# GPU-Z not showing actual clocks



## driimit (Jun 21, 2013)

Hi, my problem is gpu-z doesn't show the actual clocks when I underclock my card. My Sapphire 7970 has stock clock of 1050/1500. If I, say underclock it to 1000/1450 GPU-Z will still show 1050/1500. But it works fine with overclocking. If I overclock to 1050/1600 GPU-Z will show the same.

I noticed it about half an hour ago. Tried Restarting my computer, using the older version(0.6.9), but still the problem persists. I'm using GPU-Z for almost a year but am not sure if it was always like that or a new problem. Because we don't generally underclock our cards. But I kinda get the feeling it was okay before.

I'm attaching a image showing the screenshot.


----------



## driimit (Jun 22, 2013)

Doesn't anybody have a clue on that issue?

Anything that solves my problem will be much appreciated.

I get the feeling somewhere a tricky tweak would've solved the problem.


----------



## cdawall (Jun 22, 2013)

tried version 0.7.2 yet?


----------



## driimit (Jun 23, 2013)

Yeah I did. No solution unfortunately. I don't think it's a problem from the end of GPU-Z. If it were then lots of other people would get it too. I believe it's something from my end. Somewhere some .ini files got changed, something trivial happened etc.

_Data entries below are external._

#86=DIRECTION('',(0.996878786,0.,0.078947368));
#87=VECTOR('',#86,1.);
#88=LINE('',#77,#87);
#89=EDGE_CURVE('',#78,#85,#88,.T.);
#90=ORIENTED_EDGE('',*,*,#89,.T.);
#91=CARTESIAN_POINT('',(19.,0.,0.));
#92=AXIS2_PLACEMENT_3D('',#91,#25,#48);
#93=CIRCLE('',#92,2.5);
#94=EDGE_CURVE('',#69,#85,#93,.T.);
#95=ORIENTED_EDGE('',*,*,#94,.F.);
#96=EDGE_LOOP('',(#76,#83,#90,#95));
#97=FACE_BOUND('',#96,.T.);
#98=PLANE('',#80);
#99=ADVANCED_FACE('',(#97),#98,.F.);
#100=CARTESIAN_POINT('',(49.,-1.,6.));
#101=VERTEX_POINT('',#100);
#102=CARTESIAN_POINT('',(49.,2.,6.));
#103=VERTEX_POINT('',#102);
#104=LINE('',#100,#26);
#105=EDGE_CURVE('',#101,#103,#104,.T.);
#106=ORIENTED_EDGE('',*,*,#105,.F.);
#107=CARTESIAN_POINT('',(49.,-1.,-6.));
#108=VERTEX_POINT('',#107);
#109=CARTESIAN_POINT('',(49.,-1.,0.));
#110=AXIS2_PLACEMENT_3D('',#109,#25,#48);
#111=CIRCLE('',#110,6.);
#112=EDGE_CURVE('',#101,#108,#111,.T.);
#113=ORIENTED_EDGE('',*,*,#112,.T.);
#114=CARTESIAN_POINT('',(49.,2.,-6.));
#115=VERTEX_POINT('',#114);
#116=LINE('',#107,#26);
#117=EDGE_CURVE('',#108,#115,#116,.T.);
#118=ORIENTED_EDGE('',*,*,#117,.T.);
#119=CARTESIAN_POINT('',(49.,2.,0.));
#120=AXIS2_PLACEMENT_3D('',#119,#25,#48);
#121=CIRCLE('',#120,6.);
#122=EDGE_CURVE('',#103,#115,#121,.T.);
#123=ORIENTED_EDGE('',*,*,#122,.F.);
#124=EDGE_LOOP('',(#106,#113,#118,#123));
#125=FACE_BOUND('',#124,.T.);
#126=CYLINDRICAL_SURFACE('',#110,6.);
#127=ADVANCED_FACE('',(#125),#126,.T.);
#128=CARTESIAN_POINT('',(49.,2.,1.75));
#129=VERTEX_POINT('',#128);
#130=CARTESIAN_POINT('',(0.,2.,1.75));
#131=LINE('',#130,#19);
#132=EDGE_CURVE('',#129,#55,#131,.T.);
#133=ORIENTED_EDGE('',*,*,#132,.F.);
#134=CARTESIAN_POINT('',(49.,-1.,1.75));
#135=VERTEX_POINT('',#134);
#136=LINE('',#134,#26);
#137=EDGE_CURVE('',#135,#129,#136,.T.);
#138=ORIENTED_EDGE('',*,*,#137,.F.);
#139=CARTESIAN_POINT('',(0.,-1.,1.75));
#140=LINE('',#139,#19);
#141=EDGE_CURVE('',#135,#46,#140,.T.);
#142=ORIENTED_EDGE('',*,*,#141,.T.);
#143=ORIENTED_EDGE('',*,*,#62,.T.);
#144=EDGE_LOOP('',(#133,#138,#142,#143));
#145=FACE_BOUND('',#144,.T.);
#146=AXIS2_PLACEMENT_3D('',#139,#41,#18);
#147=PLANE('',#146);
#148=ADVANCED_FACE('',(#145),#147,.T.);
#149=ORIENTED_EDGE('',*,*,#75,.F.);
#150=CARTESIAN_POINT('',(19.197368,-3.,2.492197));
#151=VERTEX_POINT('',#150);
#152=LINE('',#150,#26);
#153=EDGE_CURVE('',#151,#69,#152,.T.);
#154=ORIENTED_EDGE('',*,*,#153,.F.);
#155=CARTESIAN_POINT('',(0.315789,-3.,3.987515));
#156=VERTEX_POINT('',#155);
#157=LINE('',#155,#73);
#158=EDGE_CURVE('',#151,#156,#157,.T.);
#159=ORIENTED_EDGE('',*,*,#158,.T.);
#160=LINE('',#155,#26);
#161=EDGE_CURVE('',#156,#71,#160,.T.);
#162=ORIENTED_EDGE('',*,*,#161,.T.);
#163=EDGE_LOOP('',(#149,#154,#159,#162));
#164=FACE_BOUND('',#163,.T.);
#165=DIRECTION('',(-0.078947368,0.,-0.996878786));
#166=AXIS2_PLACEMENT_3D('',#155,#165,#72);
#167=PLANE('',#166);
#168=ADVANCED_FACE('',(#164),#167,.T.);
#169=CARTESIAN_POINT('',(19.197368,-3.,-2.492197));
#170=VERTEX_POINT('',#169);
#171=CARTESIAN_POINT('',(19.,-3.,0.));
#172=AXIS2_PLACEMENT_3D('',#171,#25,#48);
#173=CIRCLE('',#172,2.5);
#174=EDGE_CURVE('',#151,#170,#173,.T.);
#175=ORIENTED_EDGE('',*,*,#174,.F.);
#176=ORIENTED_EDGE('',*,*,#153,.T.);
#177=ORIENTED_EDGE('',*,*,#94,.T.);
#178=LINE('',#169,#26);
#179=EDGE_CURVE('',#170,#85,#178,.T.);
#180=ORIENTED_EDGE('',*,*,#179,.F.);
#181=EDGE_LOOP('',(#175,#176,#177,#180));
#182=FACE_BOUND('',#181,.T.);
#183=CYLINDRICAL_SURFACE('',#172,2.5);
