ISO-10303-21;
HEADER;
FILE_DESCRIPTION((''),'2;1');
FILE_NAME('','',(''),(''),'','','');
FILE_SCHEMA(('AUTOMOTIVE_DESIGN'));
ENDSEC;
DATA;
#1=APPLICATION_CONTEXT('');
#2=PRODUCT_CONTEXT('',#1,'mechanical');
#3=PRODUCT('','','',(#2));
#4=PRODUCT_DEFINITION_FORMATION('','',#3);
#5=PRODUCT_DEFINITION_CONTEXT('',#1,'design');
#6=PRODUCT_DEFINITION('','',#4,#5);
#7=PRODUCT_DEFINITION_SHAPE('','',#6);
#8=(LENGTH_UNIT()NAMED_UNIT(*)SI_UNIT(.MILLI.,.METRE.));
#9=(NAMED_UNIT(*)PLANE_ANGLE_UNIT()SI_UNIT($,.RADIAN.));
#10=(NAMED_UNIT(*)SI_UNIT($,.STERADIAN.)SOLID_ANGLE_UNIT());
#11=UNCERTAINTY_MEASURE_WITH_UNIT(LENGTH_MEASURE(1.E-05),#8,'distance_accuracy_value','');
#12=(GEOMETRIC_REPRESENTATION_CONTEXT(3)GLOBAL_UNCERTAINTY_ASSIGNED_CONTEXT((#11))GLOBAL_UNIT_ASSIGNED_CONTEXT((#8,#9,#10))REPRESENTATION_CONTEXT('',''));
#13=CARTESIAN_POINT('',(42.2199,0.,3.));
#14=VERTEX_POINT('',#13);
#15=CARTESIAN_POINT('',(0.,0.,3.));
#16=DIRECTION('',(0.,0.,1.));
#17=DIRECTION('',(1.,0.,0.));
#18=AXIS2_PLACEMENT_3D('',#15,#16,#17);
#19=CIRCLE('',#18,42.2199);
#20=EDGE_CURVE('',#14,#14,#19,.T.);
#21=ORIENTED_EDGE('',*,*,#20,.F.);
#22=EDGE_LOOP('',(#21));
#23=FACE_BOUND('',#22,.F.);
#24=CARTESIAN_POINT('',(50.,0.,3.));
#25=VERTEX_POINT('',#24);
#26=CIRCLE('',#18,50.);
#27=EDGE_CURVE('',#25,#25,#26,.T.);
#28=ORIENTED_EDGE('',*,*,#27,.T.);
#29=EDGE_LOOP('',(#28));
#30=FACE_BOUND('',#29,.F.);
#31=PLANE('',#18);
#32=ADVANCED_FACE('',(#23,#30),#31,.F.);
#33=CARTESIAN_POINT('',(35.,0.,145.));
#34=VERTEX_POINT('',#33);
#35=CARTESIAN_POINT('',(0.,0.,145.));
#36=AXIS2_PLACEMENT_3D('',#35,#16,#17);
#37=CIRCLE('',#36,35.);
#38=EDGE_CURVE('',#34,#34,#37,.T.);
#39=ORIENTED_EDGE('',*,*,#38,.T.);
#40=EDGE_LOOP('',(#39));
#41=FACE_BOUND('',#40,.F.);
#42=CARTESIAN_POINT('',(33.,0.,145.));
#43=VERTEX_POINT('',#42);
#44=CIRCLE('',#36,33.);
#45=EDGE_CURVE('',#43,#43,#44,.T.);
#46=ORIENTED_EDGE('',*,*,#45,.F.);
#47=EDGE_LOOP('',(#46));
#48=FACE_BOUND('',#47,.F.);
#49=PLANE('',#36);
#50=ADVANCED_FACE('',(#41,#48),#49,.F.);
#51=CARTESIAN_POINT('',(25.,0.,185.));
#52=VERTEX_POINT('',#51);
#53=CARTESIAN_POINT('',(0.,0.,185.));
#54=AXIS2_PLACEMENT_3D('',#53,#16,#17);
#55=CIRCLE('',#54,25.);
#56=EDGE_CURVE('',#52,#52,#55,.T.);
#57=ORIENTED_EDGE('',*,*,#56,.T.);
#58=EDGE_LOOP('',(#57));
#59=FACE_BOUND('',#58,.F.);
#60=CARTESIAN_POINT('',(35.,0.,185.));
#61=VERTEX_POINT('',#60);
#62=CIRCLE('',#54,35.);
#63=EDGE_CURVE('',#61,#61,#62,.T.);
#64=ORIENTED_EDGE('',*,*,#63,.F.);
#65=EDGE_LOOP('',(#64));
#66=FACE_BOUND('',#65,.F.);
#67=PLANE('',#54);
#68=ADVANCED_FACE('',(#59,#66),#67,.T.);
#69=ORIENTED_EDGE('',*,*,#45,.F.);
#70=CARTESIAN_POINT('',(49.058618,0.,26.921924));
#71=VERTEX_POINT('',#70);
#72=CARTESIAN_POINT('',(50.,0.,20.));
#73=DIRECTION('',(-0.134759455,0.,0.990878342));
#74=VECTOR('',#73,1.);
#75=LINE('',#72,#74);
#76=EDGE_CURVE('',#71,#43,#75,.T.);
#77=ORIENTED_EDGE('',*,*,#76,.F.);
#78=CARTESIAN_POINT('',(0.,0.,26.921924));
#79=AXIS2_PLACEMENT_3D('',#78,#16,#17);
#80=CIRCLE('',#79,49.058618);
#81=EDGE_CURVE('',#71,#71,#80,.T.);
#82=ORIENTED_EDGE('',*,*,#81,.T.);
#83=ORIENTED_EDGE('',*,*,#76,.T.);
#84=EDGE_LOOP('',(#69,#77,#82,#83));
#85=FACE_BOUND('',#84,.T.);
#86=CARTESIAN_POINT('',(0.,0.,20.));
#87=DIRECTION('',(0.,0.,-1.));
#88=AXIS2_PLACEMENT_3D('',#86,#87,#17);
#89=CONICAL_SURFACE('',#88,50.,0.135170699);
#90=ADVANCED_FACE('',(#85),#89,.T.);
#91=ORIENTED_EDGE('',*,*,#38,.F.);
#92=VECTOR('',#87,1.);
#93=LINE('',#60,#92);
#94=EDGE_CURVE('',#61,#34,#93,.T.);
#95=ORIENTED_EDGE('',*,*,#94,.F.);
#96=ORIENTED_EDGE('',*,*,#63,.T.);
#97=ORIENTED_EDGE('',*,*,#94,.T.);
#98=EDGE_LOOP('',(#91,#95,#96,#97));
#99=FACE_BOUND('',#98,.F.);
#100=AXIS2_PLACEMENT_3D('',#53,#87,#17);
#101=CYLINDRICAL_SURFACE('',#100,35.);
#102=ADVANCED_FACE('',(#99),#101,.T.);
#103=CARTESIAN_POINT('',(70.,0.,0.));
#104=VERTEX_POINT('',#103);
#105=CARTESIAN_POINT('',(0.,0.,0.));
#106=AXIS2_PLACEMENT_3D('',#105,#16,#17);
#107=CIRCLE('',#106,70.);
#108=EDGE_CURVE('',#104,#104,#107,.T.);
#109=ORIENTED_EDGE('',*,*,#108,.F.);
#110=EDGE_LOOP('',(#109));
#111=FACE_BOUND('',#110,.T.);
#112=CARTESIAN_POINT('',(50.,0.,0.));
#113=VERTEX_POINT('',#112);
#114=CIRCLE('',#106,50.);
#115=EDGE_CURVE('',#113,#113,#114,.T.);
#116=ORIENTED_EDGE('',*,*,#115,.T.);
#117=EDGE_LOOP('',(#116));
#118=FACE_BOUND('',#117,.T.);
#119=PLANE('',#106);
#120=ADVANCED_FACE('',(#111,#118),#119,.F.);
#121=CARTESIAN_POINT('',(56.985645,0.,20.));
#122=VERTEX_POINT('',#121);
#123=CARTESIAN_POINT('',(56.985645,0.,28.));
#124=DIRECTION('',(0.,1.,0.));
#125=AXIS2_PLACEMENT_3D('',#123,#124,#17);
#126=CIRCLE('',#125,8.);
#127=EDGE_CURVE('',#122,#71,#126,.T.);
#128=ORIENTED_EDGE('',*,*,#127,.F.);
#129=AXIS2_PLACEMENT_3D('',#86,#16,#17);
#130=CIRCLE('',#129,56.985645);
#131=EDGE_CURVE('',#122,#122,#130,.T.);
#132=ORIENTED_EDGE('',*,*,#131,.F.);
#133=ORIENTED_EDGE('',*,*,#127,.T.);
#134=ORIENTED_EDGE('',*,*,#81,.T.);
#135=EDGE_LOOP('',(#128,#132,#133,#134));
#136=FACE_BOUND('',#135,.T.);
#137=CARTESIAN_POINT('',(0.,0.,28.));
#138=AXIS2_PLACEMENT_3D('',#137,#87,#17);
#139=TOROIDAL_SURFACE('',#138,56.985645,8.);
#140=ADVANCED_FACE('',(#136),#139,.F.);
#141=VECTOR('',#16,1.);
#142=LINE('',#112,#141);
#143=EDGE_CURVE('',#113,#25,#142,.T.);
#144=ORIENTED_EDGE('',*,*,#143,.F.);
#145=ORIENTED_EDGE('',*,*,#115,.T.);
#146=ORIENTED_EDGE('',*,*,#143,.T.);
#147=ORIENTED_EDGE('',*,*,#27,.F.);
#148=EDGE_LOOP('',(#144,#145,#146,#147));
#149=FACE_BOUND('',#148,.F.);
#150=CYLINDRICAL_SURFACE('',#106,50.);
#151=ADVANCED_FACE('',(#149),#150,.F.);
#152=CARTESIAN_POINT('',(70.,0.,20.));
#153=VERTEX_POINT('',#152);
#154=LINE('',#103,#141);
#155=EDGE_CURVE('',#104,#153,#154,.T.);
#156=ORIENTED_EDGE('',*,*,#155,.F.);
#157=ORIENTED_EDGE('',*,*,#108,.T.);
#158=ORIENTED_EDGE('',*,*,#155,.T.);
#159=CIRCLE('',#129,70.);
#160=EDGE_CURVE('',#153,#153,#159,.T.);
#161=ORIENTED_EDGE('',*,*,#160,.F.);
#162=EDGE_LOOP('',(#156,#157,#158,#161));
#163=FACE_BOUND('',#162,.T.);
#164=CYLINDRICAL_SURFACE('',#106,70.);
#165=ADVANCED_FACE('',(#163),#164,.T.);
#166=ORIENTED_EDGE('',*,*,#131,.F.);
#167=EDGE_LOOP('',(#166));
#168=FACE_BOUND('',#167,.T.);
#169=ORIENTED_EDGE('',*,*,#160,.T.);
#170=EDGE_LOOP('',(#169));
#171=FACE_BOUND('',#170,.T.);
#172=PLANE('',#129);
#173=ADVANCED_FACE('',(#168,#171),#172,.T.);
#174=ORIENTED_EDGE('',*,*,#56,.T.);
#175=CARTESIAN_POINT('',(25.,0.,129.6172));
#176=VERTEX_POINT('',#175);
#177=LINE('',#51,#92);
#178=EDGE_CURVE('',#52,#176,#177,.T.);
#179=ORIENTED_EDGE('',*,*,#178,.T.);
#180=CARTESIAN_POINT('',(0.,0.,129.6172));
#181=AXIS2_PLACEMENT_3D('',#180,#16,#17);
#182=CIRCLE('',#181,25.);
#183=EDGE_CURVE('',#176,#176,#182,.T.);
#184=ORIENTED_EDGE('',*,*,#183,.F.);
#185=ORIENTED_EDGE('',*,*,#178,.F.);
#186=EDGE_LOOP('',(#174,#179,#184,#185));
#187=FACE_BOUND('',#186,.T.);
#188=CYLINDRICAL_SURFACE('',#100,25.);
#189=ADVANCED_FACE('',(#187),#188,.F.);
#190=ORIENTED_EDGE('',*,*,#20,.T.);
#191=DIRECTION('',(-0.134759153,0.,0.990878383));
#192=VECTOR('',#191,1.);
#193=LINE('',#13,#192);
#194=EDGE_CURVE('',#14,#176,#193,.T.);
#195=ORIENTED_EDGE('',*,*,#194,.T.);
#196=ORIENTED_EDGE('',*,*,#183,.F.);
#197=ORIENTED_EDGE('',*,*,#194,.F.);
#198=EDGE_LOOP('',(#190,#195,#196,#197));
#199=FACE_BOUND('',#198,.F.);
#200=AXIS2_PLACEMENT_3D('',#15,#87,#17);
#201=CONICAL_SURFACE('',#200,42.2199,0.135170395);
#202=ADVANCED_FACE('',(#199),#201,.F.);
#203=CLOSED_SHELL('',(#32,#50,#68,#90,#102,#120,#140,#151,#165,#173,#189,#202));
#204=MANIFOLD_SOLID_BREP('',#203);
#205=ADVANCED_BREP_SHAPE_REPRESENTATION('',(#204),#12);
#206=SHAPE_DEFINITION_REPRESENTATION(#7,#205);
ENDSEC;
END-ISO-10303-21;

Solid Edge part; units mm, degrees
sketch "Sketch1" plane through (0, 0, 0) normal (0, -1, 0) x (1, 0, 0)
  line L0 (25, 185) -> (25, 129.6172)
  line L1 (42.2199, 3) -> (25, 129.6172)
  line L2 (50, 3) -> (42.2199, 3)
  line L3 (50, 0) -> (50, 3)
  line L4 (50, 0) -> (70, 0)
  line L5 (70, 0) -> (70, 20)
  line L6 (70, 20) -> (50, 20)
  line L7 (50, 20) -> (33, 145)
  line L8 (35, 145) -> (33, 145)
  line L9 (35, 185) -> (35, 145)
  line L10 (25, 185) -> (35, 185)
revolve "RevolvedProtrusion1" add sketch "Sketch1" angle 360 about axis through (0, 0, 0) along (0, 0, 1)
fillet "Round1" radius 8 1 edges at (-50, 0, 20)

Guys who have made GPU-Z could've solved that. Because they know from where the software is actually reading the information and presenting it to us.


----------



## de.das.dude (Jun 23, 2013)

do postt the current version, as well as the sensor tabs.


----------



## driimit (Jun 23, 2013)

Here are the screenshots. Also used the GPU Shark software to show the actual clock.


----------